At Amazon we were ruthlessly focused on squeezing inefficiency out of every part of the business, especially the variable ones that affected every purchase. How could we get a book from the shelf into the hands of the customer more cheaply? How could we reduce the number of customer contacts per order for our customer service team? Could we offload some human customer service contact to cheaper online self-service methods while improving customer satisfaction? How could we negotiate steeper discounts on the books themselves? For each book SKU, was it more economical to purchase ahead of sales in bulk for steeper discounts and faster shipping or to purchase only when a customer placed an order and risk a longer delay in shipping? How could we allocate inventory among our distribution centers to increase the likelihood that all items in an order shipped from the same distribution center, minimizing our shipping costs? How could we organize all the Amazon shipments ready for delivery in a way that made lives easier on our shipping partners like the USPS and UPS, and then how could we use that to negotiate cheaper shipping rates? Did we need so many human editors reviewing books, or were customer reviews sufficient?

The type of operational efficiency Amazon rose to in those days is not something another company can duplicate overnight. It came on top of the inherent cost advantages of online commerce over physical commerce. So much of Amazon's competitive advantage in those days came from operational efficiency. You can choose to leverage that strength in two ways. One is you match your competitor on pricing and just earn higher margins. But the other, the way Amazon has always tended to favor, is to lower prices, to thin the oxygen for your competitors.

If you have bigger lungs than your competitor, all things being equal, force them to compete in a contest where oxygen is the crucial limiter. If your opponent can't swim, you make them compete in water. If they dislike the cold, set the contest in the winter, on a tundra. You can romanticize all of this by quoting Sun Tzu, but it's just common sense.

I worked on the launch of the Amazon Video store, Amazon's third product after books and music. At the time of the launch, DVDs had just launched as a product category a short while earlier, so the store carried both VHS tapes and DVDs. The day Amazon launched its video store, the top DVD store on the web at the time, I think it was DVD Empire, lowered its prices across the board, raising its average discount from 30% off to 50% off DVDs.

This forced our hand immediately. Selling DVDs at 50% off would mean selling those titles at a loss. We had planned to match their 30% discount, and now we were being out-priced by the market leader on our first day of operation, and just before the heart of the holiday sales season to boot (it was November, 1998).

We convened a quick emergency huddle, but it didn't take long to come to a decision.
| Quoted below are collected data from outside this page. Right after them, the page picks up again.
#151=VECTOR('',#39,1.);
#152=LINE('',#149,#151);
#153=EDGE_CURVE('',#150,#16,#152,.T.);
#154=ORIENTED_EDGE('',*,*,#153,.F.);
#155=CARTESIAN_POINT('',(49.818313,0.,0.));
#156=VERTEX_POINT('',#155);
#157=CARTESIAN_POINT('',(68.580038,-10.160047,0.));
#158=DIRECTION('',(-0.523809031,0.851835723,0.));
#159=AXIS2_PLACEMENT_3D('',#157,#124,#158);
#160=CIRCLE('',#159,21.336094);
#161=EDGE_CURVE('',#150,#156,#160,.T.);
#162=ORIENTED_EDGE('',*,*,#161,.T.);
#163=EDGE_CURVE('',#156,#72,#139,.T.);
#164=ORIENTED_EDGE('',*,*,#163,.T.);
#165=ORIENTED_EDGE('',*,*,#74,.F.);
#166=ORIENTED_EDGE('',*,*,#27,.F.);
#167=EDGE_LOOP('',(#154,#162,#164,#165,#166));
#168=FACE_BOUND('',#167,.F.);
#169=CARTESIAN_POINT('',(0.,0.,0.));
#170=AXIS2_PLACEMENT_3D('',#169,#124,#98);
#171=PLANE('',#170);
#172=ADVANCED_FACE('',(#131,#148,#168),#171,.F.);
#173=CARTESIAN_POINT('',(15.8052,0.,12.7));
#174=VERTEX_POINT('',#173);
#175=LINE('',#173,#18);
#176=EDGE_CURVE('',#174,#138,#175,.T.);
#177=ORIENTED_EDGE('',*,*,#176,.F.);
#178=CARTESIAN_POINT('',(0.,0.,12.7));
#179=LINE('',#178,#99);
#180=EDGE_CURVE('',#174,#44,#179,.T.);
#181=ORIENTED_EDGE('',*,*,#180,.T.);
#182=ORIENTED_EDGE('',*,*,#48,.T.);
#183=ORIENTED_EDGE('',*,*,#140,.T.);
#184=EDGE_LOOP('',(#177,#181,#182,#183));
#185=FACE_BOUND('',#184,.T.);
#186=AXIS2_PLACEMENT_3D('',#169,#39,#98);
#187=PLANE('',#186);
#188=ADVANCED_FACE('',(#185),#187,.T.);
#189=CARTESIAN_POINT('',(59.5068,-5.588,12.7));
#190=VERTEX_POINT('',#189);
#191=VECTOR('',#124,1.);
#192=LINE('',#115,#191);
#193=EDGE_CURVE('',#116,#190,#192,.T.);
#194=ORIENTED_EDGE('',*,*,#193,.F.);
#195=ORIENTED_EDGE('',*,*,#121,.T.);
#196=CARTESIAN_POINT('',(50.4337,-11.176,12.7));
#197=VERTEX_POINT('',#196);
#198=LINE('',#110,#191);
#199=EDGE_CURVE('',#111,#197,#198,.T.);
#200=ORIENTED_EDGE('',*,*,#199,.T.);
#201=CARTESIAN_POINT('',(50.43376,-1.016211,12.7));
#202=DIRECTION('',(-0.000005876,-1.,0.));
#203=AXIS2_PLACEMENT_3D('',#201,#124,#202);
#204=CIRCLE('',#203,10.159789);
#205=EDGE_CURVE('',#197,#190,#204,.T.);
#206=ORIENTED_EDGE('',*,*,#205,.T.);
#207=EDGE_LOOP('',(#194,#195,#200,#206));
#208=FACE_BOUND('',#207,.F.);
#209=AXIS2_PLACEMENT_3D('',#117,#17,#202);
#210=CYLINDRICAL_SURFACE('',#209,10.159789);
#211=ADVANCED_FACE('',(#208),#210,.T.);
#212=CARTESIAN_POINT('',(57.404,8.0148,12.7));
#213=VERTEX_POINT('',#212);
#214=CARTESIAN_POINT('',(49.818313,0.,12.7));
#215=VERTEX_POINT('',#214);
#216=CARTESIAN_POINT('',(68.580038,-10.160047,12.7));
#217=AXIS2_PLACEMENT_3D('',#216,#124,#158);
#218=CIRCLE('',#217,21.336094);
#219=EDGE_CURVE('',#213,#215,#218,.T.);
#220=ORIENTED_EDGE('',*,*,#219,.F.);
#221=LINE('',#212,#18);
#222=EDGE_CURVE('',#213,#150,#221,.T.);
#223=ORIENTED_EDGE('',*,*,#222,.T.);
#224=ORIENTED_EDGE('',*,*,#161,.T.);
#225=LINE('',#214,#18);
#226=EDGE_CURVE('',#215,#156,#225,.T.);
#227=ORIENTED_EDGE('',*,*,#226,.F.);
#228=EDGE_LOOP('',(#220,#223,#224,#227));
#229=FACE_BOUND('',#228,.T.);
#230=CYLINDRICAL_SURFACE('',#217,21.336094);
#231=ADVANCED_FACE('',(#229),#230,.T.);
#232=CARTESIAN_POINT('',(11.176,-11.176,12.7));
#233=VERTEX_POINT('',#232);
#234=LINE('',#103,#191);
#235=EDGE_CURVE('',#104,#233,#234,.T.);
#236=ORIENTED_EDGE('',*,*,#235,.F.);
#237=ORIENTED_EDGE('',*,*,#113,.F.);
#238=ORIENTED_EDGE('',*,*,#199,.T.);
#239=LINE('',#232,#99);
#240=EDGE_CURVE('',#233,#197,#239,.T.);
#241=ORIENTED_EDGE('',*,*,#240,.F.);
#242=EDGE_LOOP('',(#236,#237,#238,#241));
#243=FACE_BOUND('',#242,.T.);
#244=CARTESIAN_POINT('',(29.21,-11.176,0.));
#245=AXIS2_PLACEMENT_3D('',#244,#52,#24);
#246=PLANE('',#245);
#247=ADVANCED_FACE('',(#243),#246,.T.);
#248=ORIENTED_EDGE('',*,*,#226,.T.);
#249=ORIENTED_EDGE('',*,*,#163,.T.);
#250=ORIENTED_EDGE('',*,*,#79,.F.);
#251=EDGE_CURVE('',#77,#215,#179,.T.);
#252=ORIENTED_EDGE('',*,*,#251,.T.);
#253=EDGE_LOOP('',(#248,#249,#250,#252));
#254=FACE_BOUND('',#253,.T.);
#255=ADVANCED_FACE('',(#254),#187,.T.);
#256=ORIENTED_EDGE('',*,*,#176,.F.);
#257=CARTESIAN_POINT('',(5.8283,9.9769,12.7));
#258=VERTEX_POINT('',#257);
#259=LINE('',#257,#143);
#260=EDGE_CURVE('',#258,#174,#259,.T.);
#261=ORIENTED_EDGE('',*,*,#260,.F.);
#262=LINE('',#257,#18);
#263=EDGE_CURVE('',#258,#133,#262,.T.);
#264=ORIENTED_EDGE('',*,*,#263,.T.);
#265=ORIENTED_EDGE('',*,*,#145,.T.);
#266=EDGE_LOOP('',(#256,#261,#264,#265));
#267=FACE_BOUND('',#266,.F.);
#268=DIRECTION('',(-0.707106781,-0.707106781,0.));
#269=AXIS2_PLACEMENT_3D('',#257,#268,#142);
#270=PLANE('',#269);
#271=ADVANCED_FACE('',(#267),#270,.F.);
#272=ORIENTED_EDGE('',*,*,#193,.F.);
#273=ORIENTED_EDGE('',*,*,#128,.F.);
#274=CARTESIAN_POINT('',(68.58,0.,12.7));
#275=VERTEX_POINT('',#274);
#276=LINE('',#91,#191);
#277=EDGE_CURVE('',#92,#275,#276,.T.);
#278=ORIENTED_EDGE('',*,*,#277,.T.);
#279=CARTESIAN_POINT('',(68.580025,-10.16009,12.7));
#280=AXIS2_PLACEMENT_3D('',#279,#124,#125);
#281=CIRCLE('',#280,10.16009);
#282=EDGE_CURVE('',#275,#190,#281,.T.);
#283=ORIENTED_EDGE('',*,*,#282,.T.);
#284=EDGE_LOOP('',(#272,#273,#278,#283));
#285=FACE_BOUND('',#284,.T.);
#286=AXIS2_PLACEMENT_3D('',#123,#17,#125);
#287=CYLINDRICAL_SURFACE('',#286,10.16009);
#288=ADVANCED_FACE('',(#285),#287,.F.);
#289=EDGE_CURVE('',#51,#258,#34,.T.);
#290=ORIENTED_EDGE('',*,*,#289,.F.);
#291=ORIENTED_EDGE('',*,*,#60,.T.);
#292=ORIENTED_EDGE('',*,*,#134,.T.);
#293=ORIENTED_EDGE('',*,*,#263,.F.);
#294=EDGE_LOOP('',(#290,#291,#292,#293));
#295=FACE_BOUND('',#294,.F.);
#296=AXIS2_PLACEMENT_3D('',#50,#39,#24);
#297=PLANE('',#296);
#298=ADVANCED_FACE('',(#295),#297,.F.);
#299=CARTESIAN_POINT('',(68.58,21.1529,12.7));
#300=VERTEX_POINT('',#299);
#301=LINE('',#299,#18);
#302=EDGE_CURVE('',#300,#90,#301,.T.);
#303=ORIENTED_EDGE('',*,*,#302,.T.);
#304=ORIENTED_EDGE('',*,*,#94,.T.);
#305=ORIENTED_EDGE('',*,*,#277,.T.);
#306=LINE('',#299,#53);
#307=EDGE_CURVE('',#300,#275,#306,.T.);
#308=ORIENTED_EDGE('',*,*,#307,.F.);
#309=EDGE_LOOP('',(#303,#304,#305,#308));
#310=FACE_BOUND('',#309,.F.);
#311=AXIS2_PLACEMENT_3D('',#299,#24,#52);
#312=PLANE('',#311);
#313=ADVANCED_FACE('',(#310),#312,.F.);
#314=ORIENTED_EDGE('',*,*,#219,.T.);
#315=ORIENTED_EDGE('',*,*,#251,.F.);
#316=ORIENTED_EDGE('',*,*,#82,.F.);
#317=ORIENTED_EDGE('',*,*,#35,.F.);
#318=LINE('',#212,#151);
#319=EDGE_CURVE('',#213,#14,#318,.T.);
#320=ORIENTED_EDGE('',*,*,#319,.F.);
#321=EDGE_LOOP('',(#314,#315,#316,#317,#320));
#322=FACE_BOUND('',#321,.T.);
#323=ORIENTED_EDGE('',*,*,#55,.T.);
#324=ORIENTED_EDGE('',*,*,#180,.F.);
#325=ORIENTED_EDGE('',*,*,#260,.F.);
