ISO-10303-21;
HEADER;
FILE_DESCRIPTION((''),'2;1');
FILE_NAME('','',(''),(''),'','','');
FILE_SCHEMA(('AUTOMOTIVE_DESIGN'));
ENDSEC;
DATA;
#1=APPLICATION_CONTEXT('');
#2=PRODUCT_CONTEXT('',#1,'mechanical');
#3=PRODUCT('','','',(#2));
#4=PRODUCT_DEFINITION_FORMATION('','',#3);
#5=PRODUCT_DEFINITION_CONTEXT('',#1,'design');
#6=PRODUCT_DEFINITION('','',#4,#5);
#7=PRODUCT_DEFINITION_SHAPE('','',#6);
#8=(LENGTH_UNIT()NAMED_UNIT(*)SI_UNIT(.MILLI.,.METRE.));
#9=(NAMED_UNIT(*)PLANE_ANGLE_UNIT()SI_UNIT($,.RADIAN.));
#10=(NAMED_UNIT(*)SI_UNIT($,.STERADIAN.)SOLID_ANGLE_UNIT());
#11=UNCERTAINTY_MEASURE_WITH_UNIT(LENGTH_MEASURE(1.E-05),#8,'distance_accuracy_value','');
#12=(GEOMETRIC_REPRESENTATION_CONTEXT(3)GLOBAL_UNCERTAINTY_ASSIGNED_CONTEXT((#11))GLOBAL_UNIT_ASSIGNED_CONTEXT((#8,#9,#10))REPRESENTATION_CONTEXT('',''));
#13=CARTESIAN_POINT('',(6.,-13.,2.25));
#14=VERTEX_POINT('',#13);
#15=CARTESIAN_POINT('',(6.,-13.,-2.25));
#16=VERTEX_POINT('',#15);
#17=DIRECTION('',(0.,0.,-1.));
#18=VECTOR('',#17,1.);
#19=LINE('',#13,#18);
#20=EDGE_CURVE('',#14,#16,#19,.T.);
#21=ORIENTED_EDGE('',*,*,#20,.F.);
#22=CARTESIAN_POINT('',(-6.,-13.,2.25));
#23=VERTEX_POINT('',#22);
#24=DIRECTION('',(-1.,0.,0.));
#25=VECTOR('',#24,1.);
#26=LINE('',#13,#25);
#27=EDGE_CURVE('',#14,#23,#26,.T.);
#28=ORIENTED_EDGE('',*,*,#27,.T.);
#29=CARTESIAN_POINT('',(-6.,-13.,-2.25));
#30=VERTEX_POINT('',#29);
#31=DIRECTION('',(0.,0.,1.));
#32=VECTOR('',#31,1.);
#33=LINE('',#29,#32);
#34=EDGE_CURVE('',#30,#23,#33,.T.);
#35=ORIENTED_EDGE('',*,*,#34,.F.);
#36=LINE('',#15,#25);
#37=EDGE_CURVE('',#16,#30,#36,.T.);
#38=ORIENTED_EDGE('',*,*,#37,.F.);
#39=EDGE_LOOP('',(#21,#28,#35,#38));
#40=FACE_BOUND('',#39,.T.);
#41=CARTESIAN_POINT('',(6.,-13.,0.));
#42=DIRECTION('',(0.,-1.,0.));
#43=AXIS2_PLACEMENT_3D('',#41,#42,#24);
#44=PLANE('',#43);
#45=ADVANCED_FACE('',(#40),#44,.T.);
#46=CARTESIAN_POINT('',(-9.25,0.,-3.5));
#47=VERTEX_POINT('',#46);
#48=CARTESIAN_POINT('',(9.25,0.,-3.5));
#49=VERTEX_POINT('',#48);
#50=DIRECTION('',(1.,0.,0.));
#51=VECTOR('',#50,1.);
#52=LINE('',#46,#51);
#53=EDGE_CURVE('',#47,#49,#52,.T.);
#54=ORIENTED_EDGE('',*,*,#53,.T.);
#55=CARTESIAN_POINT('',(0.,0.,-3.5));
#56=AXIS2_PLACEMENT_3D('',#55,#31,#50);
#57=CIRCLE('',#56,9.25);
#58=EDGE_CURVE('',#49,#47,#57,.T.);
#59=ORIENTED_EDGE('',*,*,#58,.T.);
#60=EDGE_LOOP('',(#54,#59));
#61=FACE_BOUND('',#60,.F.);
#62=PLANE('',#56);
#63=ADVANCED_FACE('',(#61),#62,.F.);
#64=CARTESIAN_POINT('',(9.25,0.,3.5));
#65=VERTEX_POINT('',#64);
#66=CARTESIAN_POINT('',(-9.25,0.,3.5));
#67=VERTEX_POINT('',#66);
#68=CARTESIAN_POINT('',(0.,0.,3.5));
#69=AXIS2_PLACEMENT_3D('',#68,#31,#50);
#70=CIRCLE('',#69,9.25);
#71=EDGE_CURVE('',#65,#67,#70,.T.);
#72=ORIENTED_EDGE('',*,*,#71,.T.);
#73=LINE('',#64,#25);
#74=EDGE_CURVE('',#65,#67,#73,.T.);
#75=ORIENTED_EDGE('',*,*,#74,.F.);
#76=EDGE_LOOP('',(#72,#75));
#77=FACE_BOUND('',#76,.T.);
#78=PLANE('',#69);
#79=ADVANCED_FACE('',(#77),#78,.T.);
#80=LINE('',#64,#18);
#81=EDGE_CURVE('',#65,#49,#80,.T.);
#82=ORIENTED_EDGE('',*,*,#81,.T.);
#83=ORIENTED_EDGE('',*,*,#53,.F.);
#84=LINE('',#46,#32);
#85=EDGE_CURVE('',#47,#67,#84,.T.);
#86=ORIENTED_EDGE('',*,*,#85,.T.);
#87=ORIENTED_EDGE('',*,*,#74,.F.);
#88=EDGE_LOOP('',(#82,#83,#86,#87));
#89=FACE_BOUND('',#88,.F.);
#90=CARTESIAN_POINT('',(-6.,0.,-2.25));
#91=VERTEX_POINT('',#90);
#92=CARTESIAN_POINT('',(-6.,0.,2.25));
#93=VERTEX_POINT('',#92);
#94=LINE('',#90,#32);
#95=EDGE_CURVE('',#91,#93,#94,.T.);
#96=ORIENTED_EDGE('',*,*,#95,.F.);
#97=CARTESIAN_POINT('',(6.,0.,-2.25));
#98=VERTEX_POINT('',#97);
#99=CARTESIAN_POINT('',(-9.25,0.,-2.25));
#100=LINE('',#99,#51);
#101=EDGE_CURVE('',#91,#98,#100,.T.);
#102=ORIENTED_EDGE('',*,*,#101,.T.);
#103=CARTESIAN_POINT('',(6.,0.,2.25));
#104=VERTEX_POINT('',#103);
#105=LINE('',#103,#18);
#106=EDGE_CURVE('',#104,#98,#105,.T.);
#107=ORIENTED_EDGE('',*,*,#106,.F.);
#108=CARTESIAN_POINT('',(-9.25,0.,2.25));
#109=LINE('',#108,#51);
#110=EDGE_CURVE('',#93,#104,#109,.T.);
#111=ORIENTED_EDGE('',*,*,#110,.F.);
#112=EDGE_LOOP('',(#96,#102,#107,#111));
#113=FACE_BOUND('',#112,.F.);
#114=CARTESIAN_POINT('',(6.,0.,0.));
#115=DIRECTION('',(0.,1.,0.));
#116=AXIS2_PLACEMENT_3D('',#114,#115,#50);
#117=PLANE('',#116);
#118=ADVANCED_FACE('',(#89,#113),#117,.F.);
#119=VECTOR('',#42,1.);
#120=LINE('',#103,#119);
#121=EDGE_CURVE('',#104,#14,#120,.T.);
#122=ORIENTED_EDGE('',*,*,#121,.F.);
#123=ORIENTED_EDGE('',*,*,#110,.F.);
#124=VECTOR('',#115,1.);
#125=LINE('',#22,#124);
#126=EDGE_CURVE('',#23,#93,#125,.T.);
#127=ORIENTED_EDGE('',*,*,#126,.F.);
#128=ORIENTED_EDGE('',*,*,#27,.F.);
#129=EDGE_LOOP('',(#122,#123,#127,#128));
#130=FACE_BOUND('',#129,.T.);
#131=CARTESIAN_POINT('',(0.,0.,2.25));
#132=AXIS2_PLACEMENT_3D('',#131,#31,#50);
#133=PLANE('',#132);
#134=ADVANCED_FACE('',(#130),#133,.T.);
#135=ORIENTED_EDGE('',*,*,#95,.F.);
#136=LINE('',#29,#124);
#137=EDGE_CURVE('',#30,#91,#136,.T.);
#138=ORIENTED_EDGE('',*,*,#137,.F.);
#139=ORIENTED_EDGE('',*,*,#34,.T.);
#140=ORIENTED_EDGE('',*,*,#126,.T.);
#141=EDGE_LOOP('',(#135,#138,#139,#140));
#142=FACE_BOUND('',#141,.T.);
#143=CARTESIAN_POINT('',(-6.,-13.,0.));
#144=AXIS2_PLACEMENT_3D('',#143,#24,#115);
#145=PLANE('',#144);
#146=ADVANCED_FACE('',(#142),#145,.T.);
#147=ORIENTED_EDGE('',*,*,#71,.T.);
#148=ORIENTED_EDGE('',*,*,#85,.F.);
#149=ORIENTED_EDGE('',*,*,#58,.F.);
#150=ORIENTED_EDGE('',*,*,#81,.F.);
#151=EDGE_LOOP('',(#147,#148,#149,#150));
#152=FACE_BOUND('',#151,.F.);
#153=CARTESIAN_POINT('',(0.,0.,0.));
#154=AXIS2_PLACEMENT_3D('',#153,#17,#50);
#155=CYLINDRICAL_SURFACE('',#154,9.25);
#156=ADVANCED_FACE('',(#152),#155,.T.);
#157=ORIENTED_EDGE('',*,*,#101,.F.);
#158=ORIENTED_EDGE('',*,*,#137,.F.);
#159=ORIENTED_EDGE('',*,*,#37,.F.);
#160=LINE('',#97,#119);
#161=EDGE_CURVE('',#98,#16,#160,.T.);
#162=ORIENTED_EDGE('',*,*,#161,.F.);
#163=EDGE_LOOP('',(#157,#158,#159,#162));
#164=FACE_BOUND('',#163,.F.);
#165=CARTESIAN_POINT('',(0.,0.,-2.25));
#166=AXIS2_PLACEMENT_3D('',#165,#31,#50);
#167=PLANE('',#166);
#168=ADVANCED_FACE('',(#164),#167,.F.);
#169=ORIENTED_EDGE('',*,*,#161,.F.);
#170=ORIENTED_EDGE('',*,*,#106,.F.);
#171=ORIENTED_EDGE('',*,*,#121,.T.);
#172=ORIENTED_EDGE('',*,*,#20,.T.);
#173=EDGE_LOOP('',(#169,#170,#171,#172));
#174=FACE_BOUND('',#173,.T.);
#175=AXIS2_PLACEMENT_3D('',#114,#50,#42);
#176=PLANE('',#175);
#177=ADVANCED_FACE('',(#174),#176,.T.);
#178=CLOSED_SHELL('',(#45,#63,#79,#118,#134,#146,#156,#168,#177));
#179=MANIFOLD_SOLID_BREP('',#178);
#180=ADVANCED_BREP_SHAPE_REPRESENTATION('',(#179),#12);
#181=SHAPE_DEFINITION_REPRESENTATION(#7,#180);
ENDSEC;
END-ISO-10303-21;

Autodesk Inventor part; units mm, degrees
ref_plane "YZ Plane" through (0, 0, 0) normal (1, 0, 0) x (0, 1, 0)
ref_plane "XZ Plane" through (0, 0, 0) normal (0, 1, 0) x (-1, 0, 0)
ref_plane "XY Plane" through (0, 0, 0) normal (0, 0, 1) x (1, 0, 0)
sketch "스케치1" plane through (0, 0, 0) normal (0, 0, 1) x (1, 0, 0)
  line L0 (-9.25, 0) -> (9.25, 0)
  arc A0 (9.25, 0) -> (-9.25, 0) centre (0, 0) ccw
  line L1 (0, 9.25) -> (0, 0) construction
  line L2 (-6, 0) -> (6, 0)
  line L3 (6, 0) -> (6, -13)
  line L4 (6, -13) -> (-6, -13)
  line L5 (-6, -13) -> (-6, 0)
  dimension "d0" = 18.5
  dimension "d1" = 9.25
  dimension "d2" = 12
  dimension "d3" = 13
extrude "돌출1" add sketch "스케치1" along normal mid plane 7 contours A0 L0
extrude "돌출2" add sketch "스케치1" along normal mid plane 4.5 contours L0 L3 L4 L5
properties part number "Mic"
We'd match the 50% off. We had to. Our leading opponent had challenged us to a game of who can hold your breath longer. We were confident in our lung capacity. They only sold DVDs whereas we had the security of a giant books and music business buttressing our revenues.

After a few weeks, DVD Empire blinked. They had to. Sometime later, I can't remember how long it was, DVD Empire rebranded, tried expanding to sell adult DVDs, then went out of business. There were other DVD-only retailers online at the time, but none from that period survived. I doubt any online retailer selling only DVDs still exists.

Attacking the market with a low margin strategy has other benefits, though, ones often overlooked or undervalued. For one thing, it strongly deters others from entering your market. Study disruption in most businesses and it almost always comes from the low end. Some competitor grabs a foothold on the bottom rung of the ladder and pulls itself upstream. But if you're already sitting on that lowest rung as the incumbent, it's tough for a disruptor to cling to anything to gain traction.

An incumbent with high margins, especially in technology, is like a deer that wears a bullseye on its flank. Assuming a company doesn't have a monopoly, its high margin structure screams for a competitor to come in and compete on price, if nothing else, and it also hints at potential complacency. If the company is public, how willing will they be to lower their own margins and take a beating on their public valuation?

Because technology, both hardware and software, tends to operate on an annual update cycle, every year you have to worry about a competitor leapfrogging you in that cycle. One mistake and you can see a huge shift in customers to a competitor.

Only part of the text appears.